🤖 AI Summary
This work addresses the challenge of balancing accuracy and efficiency in robotic physical simulation of deformable linear objects (DLOs). We propose a high-fidelity simulation framework that deeply integrates the discrete elastic rods (DER) model with MuJoCo. Methodologically, we are the first to embed the DER model directly into the MuJoCo engine, enabling geometrically and dynamically consistent DLO modeling; we further combine open-loop policy optimization with end-to-end simulation-to-real transfer, achieving dynamic DLO manipulation on real robots using simulation-only training.

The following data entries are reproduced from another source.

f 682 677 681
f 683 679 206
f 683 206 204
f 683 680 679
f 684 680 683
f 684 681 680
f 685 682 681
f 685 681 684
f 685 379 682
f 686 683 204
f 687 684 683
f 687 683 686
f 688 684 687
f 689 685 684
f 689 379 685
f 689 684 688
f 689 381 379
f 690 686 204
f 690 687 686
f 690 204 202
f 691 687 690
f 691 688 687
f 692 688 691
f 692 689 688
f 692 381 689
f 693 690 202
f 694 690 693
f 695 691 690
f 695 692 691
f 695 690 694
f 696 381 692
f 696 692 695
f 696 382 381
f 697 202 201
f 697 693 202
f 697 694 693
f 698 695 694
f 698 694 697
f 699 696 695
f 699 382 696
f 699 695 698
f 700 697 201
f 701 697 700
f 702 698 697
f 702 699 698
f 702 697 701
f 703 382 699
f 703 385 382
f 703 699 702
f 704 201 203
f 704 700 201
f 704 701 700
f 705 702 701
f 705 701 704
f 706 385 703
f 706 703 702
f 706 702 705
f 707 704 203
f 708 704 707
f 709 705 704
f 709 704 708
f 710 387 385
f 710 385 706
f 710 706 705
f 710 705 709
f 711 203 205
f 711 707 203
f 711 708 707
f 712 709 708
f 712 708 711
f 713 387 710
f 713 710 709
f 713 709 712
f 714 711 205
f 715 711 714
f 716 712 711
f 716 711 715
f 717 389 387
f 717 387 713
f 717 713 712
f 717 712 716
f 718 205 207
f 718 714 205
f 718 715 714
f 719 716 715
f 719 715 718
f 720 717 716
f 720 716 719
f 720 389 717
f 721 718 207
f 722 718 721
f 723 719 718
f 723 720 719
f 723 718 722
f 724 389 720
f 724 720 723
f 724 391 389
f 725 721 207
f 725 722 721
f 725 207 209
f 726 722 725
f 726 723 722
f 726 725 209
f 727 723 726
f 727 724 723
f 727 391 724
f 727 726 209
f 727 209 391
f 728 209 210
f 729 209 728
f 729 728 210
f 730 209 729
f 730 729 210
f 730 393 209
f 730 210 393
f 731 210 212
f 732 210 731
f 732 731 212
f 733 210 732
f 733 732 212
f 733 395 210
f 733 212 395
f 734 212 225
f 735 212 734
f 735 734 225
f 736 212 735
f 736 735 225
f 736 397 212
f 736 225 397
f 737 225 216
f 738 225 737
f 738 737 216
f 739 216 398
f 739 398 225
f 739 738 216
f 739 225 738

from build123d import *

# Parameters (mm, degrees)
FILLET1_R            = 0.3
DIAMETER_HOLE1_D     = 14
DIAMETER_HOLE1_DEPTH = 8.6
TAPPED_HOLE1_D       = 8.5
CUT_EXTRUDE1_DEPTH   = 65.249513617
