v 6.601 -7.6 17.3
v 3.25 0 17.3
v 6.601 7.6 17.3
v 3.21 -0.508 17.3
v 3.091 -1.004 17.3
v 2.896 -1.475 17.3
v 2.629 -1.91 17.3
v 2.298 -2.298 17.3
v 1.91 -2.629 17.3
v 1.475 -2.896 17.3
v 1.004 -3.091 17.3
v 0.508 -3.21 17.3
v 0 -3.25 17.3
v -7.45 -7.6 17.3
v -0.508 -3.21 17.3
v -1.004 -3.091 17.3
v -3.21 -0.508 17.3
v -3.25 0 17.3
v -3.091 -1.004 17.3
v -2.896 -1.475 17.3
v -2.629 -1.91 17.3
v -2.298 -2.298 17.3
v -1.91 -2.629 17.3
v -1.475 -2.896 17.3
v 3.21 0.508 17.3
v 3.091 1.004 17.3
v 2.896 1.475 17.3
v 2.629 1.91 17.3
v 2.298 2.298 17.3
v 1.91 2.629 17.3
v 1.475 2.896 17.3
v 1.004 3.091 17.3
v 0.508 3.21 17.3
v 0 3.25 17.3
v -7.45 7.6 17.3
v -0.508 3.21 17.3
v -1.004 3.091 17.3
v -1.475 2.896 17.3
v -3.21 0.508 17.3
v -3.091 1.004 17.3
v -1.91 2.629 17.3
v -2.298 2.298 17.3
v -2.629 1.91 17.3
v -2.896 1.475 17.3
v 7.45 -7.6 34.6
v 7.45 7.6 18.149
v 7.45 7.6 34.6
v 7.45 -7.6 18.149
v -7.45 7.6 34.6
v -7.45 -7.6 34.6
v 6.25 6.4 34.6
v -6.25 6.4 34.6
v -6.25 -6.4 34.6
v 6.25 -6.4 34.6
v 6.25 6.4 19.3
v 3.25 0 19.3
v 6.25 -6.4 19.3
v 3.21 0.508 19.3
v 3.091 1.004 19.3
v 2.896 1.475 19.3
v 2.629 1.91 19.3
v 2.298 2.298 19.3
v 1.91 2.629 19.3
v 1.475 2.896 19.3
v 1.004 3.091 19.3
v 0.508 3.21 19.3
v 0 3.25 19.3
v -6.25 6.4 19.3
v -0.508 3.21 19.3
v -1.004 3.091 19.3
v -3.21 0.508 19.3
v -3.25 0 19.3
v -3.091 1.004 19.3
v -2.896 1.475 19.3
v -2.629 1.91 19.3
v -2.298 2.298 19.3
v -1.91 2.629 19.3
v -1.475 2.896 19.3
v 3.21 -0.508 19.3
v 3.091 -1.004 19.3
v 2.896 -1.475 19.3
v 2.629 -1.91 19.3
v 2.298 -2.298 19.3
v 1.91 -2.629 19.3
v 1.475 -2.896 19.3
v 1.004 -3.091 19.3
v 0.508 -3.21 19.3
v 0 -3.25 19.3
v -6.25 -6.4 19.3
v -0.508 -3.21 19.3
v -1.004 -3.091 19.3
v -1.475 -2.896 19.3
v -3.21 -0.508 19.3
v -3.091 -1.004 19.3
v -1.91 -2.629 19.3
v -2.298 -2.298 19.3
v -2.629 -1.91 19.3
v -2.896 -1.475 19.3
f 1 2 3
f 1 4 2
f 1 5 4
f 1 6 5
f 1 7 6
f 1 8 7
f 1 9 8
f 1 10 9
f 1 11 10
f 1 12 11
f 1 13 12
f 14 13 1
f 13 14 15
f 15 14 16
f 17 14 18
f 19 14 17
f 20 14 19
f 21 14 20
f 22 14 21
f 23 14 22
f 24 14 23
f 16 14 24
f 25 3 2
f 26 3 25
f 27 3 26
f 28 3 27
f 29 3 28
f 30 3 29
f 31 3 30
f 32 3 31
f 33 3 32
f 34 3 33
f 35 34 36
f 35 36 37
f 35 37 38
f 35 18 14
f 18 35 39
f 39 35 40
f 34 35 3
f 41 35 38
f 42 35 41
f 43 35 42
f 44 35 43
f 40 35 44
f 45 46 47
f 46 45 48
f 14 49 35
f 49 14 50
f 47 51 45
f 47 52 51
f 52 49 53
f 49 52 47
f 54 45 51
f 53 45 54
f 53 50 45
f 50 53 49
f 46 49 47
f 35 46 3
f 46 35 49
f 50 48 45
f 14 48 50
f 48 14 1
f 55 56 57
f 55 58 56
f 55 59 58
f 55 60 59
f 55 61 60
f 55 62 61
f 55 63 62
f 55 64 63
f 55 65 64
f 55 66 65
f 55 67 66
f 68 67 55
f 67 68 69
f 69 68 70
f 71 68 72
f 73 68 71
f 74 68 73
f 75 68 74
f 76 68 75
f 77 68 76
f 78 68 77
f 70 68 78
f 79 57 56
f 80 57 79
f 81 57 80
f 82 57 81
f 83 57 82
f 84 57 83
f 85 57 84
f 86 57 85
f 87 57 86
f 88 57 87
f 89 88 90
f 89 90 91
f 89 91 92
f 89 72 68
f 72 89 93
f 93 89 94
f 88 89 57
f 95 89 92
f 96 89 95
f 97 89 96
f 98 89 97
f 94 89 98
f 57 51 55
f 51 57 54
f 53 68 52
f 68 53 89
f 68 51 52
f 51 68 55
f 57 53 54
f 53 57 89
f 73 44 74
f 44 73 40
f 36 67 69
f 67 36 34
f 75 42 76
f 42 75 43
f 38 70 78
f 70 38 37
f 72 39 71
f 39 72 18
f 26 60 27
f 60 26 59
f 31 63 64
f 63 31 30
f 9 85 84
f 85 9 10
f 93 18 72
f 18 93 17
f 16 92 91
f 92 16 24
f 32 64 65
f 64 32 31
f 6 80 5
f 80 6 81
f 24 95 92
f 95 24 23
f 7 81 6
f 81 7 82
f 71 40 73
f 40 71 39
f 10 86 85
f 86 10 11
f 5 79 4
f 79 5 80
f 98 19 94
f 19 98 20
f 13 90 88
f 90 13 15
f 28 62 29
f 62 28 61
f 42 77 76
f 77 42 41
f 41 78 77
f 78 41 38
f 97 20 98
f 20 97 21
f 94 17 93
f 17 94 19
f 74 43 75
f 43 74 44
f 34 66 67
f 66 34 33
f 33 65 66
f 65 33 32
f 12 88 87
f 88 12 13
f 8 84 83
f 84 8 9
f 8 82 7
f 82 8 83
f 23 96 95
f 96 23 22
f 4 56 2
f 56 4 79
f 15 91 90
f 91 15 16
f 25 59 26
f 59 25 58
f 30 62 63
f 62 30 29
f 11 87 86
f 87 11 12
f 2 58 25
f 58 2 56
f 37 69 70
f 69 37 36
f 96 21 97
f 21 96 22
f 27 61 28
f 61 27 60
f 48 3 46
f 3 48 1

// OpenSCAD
include <../lib/eink-dual-lora-case-lib.scad>;
$fn = 40;
cradle_part();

Our key contribution is a sim-to-real pipeline that requires no real-world fine-tuning: it successfully accomplishes precise wire throwing—achieving a 76.7% success rate on physical hardware—while significantly reducing computational overhead and markedly improving policy generalization from simulation to reality.
📝 Abstract
We show that it is possible to learn an open-loop policy in simulation for the dynamic manipulation of a deformable linear object (DLO) -- e.g., a rope, wire, or cable -- that can be executed by a real robot without additional training. Our method is enabled by integrating an existing state-of-the-art DLO model (Discrete Elastic Rods) with MuJoCo, a robot simulator. We describe how this integration was done, check that validation results produced in simulation match what we expect from analysis of the physics, and apply policy optimization to train an open-loop policy from data collected only in simulation that uses a robot arm to fling a wire precisely between two obstacles. This policy achieves a success rate of 76.7% when executed by a real robot in hardware experiments without additional training on the real task.